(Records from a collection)
»»

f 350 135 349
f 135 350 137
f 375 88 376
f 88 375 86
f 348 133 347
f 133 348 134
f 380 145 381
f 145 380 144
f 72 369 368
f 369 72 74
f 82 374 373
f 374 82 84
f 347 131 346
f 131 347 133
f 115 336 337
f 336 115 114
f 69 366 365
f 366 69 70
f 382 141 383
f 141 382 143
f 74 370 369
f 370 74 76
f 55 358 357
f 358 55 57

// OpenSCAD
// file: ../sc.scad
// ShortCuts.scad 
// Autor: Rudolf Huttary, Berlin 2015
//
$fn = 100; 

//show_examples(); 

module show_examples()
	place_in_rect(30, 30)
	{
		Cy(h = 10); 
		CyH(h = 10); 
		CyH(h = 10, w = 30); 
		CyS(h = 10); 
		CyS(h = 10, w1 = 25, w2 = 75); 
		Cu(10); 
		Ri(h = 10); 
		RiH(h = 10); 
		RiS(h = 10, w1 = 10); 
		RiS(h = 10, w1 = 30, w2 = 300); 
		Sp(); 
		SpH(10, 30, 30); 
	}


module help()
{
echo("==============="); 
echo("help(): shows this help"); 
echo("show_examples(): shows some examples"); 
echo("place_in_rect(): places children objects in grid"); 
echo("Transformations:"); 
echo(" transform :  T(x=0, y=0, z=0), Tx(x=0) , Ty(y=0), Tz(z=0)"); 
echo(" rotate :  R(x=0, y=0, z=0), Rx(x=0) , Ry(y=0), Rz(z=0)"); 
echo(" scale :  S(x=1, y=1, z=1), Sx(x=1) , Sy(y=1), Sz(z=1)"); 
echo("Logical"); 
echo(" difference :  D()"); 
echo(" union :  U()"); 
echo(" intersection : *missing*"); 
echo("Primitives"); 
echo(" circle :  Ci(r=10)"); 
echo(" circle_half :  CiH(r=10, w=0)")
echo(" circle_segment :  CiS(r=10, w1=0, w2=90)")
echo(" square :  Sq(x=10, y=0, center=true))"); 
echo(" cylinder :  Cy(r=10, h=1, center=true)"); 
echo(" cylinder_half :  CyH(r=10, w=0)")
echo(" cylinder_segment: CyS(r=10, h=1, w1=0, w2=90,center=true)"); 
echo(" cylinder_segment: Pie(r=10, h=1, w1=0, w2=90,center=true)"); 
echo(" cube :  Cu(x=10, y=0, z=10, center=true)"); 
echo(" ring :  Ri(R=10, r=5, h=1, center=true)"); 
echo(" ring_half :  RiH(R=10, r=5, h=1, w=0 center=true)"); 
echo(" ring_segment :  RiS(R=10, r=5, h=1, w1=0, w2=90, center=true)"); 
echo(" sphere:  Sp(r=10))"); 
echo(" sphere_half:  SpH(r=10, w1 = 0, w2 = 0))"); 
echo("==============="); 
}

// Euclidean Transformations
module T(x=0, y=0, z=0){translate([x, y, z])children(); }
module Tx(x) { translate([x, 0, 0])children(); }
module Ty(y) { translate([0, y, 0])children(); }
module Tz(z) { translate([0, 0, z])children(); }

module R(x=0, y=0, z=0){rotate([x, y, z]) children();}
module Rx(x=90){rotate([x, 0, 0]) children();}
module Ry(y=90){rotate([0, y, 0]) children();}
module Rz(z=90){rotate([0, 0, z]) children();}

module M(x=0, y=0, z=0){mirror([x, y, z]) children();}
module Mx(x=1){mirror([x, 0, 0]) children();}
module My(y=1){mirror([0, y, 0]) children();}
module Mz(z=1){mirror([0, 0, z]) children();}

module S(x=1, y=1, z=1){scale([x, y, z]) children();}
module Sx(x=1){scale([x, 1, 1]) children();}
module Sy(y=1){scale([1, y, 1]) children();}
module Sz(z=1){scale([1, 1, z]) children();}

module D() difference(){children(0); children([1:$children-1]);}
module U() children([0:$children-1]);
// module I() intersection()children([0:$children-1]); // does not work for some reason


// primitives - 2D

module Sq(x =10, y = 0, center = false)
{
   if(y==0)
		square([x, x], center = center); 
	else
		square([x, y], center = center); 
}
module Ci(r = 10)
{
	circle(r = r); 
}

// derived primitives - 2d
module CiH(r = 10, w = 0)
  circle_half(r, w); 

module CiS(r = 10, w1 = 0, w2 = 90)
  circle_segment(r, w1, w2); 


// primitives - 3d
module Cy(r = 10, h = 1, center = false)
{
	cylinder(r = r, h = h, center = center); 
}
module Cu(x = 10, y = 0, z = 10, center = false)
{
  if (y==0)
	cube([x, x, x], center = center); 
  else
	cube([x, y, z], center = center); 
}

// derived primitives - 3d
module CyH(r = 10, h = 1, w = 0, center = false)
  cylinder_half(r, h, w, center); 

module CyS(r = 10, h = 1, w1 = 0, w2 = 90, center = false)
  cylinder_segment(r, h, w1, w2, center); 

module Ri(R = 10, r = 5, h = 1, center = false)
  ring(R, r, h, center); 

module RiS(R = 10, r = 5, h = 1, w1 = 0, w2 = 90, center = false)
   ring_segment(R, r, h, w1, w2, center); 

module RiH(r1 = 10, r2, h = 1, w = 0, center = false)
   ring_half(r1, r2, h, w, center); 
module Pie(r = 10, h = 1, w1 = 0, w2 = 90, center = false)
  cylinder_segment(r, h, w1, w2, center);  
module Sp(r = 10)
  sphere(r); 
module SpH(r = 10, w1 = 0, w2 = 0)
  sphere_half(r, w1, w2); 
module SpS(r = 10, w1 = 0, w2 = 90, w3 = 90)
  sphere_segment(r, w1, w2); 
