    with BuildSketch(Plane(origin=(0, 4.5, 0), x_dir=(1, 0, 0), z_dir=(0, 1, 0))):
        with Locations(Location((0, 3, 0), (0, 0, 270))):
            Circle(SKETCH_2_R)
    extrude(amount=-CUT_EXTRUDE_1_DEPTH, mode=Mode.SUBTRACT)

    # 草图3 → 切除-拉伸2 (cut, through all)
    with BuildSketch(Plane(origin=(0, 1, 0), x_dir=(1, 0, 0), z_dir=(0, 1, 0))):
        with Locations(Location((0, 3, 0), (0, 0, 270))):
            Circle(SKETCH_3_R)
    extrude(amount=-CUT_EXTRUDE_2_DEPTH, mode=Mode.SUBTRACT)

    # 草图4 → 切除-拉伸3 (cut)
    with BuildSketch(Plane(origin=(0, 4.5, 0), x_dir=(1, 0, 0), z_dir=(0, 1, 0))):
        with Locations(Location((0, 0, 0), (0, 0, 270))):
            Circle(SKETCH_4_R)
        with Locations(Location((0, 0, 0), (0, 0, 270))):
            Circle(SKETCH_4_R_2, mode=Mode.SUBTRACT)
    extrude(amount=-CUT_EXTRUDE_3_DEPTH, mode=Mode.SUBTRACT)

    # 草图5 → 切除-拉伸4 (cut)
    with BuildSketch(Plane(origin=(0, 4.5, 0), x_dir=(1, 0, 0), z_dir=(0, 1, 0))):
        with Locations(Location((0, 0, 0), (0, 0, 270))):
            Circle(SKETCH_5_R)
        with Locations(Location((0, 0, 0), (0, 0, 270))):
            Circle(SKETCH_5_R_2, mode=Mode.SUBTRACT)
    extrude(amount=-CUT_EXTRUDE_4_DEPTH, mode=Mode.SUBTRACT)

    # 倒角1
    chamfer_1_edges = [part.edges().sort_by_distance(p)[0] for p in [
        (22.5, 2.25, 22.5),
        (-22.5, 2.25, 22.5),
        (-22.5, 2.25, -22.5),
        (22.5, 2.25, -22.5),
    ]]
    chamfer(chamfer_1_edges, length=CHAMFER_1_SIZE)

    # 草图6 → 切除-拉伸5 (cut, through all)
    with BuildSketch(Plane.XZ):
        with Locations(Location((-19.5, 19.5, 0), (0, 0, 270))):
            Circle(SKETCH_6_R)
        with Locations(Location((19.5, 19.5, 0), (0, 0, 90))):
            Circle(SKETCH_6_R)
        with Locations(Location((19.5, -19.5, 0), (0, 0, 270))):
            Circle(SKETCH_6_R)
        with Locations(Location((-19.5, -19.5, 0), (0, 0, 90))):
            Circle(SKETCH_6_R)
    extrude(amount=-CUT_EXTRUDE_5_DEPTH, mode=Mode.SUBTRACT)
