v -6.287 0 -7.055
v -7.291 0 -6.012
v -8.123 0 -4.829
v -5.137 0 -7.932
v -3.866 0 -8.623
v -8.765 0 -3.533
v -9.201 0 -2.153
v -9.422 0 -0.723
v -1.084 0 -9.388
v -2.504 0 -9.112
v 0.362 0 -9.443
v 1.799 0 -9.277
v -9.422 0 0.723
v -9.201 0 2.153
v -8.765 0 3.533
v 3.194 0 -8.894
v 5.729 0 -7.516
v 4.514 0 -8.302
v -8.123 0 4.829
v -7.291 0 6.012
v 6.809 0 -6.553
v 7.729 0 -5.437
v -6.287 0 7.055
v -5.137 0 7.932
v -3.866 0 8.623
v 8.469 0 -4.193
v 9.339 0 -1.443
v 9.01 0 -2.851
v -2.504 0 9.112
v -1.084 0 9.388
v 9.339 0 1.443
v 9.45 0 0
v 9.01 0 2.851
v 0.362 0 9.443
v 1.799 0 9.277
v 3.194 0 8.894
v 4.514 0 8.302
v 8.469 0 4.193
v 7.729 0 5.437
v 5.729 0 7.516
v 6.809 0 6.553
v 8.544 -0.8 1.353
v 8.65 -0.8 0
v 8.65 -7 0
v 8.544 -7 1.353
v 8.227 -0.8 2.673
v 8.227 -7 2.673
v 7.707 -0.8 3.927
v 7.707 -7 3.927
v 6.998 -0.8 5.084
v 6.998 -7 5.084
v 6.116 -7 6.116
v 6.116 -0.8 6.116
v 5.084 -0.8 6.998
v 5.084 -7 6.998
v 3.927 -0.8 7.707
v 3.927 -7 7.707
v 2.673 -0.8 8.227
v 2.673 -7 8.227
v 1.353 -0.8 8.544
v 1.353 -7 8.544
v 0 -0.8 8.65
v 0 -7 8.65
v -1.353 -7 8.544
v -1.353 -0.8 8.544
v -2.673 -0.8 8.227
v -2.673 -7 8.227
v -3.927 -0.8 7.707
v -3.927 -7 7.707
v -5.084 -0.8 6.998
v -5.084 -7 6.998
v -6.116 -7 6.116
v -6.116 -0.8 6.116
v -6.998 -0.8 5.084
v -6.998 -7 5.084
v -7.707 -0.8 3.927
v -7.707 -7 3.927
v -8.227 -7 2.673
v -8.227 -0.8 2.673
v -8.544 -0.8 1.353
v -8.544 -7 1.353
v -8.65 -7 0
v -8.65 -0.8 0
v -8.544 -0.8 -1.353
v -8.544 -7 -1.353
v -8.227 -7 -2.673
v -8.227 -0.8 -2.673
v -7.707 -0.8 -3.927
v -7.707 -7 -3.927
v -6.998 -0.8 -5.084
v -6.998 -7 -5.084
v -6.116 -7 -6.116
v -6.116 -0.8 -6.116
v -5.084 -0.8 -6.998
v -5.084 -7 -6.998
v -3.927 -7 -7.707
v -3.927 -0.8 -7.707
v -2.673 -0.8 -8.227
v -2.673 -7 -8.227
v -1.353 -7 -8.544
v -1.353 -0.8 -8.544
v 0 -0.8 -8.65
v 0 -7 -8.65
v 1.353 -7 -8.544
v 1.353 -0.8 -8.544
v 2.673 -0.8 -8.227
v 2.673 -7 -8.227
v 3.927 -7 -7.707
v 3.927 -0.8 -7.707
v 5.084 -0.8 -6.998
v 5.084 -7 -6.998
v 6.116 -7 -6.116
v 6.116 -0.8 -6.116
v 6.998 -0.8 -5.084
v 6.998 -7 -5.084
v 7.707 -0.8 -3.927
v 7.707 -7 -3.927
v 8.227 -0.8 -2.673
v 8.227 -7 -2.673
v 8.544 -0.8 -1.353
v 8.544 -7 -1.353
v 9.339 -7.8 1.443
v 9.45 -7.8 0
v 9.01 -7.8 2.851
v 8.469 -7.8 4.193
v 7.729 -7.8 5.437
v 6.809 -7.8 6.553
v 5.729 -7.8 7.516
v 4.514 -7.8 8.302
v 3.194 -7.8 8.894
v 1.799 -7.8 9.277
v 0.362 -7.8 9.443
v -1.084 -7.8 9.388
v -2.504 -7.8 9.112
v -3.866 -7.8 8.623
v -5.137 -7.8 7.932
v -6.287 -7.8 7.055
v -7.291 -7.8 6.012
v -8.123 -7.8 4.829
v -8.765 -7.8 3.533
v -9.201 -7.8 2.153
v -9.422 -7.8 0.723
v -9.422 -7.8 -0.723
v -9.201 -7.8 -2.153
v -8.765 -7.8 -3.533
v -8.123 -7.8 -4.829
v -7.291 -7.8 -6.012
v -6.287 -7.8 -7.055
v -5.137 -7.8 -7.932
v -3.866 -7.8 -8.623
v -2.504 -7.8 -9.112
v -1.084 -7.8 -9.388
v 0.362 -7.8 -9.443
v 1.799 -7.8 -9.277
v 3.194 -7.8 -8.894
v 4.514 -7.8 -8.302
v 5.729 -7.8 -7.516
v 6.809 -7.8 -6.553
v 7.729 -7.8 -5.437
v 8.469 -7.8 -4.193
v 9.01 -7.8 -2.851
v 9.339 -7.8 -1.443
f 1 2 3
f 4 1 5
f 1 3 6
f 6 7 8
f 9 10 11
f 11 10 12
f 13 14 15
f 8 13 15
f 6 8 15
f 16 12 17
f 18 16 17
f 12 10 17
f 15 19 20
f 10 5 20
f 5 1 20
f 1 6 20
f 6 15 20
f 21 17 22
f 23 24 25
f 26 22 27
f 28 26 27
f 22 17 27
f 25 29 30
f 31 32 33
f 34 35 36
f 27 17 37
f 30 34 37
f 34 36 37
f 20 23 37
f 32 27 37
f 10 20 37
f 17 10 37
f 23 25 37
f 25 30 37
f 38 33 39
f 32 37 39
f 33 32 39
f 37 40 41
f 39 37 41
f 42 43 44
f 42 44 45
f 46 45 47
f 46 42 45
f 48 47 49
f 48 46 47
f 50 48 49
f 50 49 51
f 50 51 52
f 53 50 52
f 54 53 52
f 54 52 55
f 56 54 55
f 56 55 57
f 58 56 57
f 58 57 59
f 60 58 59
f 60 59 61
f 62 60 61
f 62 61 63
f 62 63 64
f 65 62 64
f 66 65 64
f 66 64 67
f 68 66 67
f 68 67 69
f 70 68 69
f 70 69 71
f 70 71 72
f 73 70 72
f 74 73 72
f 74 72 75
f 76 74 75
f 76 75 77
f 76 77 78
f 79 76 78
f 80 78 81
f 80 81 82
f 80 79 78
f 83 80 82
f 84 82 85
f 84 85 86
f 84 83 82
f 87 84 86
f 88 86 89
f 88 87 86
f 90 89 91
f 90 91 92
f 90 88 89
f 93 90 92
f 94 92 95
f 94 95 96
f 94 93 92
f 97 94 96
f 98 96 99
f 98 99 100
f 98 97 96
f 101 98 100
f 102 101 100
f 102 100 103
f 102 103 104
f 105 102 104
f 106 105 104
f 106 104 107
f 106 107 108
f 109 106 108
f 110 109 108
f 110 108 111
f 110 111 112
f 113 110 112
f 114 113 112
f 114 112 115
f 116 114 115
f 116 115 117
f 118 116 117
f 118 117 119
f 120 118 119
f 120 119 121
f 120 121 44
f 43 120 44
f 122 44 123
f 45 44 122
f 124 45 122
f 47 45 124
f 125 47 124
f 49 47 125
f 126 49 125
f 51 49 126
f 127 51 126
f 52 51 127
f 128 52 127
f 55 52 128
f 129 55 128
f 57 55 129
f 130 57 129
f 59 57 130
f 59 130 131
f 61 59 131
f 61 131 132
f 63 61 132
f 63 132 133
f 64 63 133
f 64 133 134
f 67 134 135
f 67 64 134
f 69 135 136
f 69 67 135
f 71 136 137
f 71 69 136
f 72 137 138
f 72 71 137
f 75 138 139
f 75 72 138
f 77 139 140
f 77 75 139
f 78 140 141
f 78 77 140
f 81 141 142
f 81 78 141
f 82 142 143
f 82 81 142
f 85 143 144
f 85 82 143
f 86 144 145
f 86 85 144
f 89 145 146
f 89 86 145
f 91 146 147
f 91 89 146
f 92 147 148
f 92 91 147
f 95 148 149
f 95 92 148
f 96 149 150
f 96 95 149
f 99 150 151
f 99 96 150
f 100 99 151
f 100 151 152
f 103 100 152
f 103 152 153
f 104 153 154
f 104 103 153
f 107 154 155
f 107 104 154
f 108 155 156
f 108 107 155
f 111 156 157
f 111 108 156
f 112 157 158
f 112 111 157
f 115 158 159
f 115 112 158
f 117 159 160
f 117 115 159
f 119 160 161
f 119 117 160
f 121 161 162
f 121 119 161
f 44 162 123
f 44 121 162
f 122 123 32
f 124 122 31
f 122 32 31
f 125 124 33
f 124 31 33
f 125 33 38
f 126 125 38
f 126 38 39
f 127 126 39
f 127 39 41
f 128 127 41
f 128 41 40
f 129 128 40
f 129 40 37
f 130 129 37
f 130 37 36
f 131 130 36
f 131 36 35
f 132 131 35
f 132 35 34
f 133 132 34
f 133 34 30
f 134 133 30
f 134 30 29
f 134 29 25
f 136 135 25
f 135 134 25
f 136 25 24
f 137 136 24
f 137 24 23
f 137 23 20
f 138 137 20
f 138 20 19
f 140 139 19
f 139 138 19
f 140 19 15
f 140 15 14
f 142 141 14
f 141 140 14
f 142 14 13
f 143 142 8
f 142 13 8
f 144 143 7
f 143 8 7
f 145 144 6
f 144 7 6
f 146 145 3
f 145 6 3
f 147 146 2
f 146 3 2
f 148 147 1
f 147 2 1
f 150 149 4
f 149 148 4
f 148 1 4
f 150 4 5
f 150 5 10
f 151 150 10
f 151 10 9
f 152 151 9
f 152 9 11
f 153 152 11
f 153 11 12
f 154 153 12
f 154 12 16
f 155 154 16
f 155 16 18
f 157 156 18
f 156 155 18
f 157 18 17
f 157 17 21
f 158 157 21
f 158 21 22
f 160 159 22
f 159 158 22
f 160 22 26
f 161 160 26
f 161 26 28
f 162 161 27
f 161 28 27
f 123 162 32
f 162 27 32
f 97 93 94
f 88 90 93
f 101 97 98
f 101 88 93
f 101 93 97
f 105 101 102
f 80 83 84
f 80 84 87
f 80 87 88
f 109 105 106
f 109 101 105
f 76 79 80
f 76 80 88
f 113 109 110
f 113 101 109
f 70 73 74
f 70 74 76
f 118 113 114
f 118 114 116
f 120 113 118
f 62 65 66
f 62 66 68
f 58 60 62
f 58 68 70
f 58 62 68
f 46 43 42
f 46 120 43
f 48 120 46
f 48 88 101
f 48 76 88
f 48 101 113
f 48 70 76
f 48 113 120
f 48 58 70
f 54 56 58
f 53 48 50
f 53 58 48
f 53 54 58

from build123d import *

# Parameters (mm, degrees)
F0_R     = 9.45
F0_R_2   = 8.65
F1_DEPTH = 8
F2_R     = 8.65
F3_DEPTH = 0.8


# Not quite as in the source:
# - a fillet or chamfer that OpenCascade refuses, or shapes differently, is made with other operations: its cross-section is extruded or revolved along the edge and cut away or added


with BuildPart() as f1:
    # F0 (on Front) → F1 (new body)
    with BuildSketch(Plane.XZ):
        Circle(F0_R)
        Circle(F0_R_2, mode=Mode.SUBTRACT)
    extrude(amount=F1_DEPTH)

    # F2 (on Front) → F3 (join)
    with BuildSketch(Plane.XZ):
        Circle(F2_R)
    extrude(amount=F3_DEPTH)

    # F4: chamfer of 1 on 1 edges, made by hand

    # F4_s1 → F4_t2 (revolve, cut)
    with BuildSketch(Plane.XY):
        Polygon((9.65, -8), (8.65, -7), (8.65, -8), align=None)
    revolve(axis=Axis((0, -8, 0), (0, -1, 0)), mode=Mode.SUBTRACT)


solid = f1.part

««

### Problem statement
What are the lines above, starting at the one with "f 89 145 146" and ending at the one with "f 112 157 158"? Give them again exactly, and only them.

### Result of this exercise
f 89 145 146
f 89 86 145
f 91 146 147
f 91 89 146
f 92 147 148
f 92 91 147
f 95 148 149
f 95 92 148
f 96 149 150
f 96 95 149
f 99 150 151
f 99 96 150
f 100 99 151
f 100 151 152
f 103 100 152
f 103 152 153
f 104 153 154
f 104 103 153
f 107 154 155
f 107 104 154
f 108 155 156
f 108 107 155
f 111 156 157
f 111 108 156
f 112 157 158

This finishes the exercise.